Task description: Repeat only the stretch of lines below that runs from the line with "v -5.374 7 -6.108" through the line with "v -6.803 14 5.201", unaltered.

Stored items
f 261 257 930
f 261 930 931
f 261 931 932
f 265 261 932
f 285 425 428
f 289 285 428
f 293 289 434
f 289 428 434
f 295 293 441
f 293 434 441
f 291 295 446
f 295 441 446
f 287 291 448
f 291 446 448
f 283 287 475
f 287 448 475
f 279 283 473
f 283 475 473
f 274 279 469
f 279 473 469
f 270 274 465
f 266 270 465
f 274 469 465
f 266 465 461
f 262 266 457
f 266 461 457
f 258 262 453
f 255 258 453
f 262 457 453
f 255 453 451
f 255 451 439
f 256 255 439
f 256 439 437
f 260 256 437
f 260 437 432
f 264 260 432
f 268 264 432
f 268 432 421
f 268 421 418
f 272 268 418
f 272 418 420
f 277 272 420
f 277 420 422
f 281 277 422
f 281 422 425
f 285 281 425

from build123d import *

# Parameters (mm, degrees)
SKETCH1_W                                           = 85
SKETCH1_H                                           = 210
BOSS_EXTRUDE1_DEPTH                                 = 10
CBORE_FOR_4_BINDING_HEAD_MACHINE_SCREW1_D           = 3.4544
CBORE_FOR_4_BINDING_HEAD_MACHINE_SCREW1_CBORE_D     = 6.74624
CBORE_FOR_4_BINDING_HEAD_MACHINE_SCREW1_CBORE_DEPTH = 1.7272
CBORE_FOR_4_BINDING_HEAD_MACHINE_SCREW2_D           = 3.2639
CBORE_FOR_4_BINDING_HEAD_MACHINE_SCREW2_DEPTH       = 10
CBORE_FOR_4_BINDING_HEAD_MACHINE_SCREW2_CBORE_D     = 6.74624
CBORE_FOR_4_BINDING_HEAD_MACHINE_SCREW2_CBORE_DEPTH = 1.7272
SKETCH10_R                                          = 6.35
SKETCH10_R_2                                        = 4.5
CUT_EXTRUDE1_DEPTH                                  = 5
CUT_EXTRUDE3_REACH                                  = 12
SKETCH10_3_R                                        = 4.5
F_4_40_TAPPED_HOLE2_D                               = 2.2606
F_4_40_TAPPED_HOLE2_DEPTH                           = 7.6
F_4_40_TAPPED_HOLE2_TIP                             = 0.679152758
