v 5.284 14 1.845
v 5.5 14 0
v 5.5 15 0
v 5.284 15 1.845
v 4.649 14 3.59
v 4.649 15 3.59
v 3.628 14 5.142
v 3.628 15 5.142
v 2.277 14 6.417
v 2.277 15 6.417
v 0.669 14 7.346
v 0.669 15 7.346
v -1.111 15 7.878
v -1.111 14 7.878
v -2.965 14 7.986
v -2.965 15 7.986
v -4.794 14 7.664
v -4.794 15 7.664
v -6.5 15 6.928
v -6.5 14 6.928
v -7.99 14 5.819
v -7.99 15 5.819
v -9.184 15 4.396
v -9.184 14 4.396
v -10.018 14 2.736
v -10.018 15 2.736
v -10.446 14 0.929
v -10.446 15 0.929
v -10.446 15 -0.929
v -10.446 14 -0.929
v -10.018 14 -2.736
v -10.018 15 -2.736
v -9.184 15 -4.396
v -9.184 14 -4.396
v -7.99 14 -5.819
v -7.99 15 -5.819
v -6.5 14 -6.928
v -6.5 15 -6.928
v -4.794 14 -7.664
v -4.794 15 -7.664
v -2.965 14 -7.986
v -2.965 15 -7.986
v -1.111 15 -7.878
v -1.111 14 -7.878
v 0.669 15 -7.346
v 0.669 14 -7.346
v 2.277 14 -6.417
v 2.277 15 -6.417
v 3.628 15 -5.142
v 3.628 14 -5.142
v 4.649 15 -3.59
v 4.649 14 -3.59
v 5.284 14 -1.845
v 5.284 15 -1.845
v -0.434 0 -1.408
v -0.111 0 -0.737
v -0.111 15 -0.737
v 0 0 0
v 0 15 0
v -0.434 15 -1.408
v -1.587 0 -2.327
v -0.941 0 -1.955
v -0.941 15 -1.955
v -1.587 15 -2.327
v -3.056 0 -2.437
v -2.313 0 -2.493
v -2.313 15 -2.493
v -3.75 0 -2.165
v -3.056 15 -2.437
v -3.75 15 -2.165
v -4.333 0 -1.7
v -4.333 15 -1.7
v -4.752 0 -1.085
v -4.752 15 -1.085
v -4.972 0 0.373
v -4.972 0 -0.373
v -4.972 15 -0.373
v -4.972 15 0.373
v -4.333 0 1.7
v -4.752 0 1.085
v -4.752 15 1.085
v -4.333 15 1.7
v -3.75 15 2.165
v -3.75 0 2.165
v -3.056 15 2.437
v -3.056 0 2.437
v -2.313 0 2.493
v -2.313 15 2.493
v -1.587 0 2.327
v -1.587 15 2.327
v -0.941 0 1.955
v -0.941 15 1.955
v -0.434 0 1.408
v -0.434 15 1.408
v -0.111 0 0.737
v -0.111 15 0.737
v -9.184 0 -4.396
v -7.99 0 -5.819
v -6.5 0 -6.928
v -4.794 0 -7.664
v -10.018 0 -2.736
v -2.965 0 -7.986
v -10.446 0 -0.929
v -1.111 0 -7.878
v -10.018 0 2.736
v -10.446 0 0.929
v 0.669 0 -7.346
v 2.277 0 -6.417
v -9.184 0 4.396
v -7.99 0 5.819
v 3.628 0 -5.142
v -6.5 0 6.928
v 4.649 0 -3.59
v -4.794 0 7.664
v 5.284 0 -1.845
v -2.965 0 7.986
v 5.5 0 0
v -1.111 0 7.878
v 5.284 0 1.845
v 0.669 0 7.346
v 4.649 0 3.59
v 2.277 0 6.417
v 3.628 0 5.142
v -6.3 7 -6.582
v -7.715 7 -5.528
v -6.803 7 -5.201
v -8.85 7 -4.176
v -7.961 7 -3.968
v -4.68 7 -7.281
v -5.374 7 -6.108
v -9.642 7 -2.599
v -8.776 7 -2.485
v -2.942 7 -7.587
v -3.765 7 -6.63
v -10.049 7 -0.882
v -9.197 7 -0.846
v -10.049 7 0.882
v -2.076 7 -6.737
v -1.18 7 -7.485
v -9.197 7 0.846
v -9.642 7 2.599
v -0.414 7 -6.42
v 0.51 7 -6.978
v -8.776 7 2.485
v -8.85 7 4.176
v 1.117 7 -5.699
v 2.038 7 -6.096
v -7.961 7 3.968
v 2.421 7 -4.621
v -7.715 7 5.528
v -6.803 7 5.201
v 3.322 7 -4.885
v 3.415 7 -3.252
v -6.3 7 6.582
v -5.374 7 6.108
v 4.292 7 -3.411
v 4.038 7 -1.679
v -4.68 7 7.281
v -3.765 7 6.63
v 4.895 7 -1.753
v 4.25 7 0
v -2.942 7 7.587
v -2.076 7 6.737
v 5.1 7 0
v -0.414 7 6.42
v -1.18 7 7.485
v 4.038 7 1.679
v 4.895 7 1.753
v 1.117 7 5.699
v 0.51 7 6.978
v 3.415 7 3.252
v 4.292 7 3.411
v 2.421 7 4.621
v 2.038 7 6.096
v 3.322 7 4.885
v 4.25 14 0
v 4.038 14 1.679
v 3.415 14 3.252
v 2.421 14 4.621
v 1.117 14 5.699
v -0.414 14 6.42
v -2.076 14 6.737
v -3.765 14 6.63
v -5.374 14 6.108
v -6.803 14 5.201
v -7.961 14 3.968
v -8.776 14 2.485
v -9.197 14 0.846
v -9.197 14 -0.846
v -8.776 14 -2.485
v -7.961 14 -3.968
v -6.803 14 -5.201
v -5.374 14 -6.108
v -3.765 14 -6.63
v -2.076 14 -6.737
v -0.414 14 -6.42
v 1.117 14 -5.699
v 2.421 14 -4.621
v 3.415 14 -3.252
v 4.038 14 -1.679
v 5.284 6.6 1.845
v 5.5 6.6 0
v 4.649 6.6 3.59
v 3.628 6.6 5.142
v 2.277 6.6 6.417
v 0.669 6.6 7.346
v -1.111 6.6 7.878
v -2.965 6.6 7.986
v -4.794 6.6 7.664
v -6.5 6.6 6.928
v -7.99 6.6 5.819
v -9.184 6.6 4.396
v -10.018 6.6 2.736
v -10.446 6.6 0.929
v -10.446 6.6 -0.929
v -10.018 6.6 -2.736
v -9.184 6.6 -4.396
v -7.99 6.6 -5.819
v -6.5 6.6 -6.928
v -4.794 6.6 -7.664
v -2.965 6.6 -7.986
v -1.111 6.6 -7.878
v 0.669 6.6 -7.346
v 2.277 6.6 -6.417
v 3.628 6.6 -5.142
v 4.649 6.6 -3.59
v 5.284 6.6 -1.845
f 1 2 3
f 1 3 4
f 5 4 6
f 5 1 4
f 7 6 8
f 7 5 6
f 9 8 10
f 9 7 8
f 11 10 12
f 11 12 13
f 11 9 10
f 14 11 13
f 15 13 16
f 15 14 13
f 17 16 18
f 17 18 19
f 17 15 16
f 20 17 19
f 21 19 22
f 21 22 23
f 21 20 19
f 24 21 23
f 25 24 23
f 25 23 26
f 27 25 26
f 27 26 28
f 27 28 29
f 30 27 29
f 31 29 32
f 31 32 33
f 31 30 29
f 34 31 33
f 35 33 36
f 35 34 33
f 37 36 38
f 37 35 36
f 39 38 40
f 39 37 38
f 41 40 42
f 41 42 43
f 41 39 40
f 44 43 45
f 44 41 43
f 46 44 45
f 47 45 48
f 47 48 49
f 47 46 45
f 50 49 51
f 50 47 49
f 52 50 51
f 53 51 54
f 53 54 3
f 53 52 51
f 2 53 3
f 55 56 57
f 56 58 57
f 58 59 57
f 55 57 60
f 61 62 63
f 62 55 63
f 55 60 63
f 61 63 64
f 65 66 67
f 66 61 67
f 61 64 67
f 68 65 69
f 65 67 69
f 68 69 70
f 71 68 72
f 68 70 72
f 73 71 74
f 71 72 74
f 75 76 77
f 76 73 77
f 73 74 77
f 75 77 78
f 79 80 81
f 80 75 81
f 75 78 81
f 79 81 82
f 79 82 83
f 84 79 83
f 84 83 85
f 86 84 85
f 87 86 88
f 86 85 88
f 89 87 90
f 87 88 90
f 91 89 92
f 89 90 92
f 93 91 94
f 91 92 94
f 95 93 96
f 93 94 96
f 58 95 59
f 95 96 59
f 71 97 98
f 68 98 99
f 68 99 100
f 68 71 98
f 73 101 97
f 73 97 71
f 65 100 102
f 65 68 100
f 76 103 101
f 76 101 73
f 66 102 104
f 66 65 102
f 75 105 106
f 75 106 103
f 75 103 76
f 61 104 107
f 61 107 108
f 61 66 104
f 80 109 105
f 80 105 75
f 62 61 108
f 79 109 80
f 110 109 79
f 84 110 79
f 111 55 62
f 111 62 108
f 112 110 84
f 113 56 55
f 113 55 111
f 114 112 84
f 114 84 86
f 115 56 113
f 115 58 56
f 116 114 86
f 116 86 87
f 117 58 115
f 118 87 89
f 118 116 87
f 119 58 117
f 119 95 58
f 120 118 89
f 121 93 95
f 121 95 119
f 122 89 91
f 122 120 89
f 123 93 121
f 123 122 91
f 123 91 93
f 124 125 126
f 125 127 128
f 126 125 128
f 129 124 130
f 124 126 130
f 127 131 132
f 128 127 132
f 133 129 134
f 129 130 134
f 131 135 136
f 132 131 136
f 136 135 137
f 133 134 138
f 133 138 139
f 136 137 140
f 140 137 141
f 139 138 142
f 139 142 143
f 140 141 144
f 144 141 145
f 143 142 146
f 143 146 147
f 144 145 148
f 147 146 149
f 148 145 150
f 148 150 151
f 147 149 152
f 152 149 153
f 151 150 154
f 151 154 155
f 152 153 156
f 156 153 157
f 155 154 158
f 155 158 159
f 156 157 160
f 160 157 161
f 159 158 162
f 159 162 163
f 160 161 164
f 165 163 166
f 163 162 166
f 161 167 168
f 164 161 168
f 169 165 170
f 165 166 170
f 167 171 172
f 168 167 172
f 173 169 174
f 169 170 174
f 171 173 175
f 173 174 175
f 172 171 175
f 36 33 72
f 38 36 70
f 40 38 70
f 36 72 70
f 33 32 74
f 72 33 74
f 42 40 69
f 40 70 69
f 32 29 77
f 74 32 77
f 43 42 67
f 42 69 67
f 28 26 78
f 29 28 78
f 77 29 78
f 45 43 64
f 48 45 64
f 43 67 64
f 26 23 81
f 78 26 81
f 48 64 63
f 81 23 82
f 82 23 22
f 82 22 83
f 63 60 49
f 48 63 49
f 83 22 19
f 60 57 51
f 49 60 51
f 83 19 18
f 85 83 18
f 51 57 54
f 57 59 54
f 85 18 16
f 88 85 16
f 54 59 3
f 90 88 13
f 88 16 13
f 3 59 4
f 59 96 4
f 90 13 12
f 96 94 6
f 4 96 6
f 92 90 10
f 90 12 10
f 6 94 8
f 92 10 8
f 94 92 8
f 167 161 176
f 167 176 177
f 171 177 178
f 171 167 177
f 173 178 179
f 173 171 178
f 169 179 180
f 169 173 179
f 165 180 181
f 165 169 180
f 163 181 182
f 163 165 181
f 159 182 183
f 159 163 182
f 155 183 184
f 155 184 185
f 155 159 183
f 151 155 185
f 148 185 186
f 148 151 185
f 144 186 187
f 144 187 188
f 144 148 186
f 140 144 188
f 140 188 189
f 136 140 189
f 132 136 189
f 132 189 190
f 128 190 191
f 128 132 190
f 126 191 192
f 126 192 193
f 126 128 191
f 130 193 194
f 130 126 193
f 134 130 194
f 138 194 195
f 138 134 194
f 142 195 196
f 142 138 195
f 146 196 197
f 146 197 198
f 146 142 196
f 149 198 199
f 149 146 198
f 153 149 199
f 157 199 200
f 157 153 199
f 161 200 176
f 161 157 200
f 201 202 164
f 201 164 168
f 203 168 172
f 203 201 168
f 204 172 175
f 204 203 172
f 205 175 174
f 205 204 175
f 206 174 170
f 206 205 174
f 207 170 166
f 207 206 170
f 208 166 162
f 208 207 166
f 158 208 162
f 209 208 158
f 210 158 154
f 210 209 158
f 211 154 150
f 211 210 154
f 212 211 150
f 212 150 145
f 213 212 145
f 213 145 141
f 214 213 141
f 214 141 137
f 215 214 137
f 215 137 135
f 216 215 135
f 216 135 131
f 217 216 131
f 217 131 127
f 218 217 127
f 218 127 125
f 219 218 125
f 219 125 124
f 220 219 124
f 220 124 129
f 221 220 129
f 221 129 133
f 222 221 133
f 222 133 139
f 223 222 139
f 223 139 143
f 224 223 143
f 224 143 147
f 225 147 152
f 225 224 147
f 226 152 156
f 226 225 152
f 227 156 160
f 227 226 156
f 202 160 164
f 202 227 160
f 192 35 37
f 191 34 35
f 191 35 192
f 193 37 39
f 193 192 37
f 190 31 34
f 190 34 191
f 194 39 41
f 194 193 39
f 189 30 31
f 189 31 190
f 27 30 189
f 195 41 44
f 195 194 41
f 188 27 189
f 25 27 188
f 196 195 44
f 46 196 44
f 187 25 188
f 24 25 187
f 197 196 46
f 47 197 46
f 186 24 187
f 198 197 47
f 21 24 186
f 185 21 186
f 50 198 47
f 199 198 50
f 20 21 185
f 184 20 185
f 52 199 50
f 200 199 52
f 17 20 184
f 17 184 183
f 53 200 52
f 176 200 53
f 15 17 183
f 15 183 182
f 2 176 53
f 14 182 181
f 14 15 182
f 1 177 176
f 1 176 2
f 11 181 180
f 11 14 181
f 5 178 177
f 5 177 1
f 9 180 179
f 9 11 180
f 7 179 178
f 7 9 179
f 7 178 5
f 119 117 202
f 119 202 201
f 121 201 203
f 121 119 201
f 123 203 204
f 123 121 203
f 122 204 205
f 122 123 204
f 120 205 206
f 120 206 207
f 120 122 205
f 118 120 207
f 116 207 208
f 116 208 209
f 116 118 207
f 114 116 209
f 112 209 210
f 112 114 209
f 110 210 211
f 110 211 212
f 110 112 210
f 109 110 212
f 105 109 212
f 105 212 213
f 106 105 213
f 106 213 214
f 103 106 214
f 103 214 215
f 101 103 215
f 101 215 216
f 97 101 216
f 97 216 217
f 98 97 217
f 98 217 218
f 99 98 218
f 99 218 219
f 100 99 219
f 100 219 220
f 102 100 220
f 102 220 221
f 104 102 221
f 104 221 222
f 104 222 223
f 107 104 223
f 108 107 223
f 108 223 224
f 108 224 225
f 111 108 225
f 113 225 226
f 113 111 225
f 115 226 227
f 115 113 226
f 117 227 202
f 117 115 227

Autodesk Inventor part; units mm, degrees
ref_plane "YZ Plane" through (0, 0, 0) normal (1, 0, 0) x (0, 1, 0)
ref_plane "XZ Plane" through (0, 0, 0) normal (0, 1, 0) x (-1, 0, 0)
ref_plane "XY Plane" through (0, 0, 0) normal (0, 0, 1) x (1, 0, 0)
sketch "Sketch1" plane through (0, 0, 0) normal (0, 0, 1) x (1, 0, 0)
  line L0 (0, 0) -> (0, 15)
  line L1 (0, 15) -> (5.5, 15)
  line L2 (5.5, 15) -> (5.5, 14)
  line L3 (5.5, 14) -> (4.25, 14)
  line L4 (4.25, 14) -> (4.25, 7)
  line L5 (4.25, 7) -> (5.1, 7)
  line L6 (5.5, 6.6) -> (5.5, 0)
  line L7 (5.5, 0) -> (0, 0)
  line L8 (-2.5, 11.781) -> (-2.5, 3.2351)
  line L9 (5.5, 6.6) -> (5.1, 7)
  point P0 (5.5, 7)
  dimension "d0" = 5.5
  dimension "d1" = 7
  dimension "d2" = 7
  dimension "d4" = 2.5
  dimension "d6" = 15
  dimension "d7" = 4.25
  dimension "d8" = 0.4
  dimension "d9" = 0.4
revolve "Revolution2" add sketch "Sketch1" angle 360 about axis through (-2.5, 11.781, 0) along (0, -1, 0)
equation "\"d9\" = d8"
properties part number "gt2_20_pulley"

Answer section:
v -5.374 7 -6.108
v -9.642 7 -2.599
v -8.776 7 -2.485
v -2.942 7 -7.587
v -3.765 7 -6.63
v -10.049 7 -0.882
v -9.197 7 -0.846
v -10.049 7 0.882
v -2.076 7 -6.737
v -1.18 7 -7.485
v -9.197 7 0.846
v -9.642 7 2.599
v -0.414 7 -6.42
v 0.51 7 -6.978
v -8.776 7 2.485
v -8.85 7 4.176
v 1.117 7 -5.699
v 2.038 7 -6.096
v -7.961 7 3.968
v 2.421 7 -4.621
v -7.715 7 5.528
v -6.803 7 5.201
v 3.322 7 -4.885
v 3.415 7 -3.252
v -6.3 7 6.582
v -5.374 7 6.108
v 4.292 7 -3.411
v 4.038 7 -1.679
v -4.68 7 7.281
v -3.765 7 6.63
v 4.895 7 -1.753
v 4.25 7 0
v -2.942 7 7.587
v -2.076 7 6.737
v 5.1 7 0
v -0.414 7 6.42
v -1.18 7 7.485
v 4.038 7 1.679
v 4.895 7 1.753
v 1.117 7 5.699
v 0.51 7 6.978
v 3.415 7 3.252
v 4.292 7 3.411
v 2.421 7 4.621
v 2.038 7 6.096
v 3.322 7 4.885
v 4.25 14 0
v 4.038 14 1.679
v 3.415 14 3.252
v 2.421 14 4.621
v 1.117 14 5.699
v -0.414 14 6.42
v -2.076 14 6.737
v -3.765 14 6.63
v -5.374 14 6.108
v -6.803 14 5.201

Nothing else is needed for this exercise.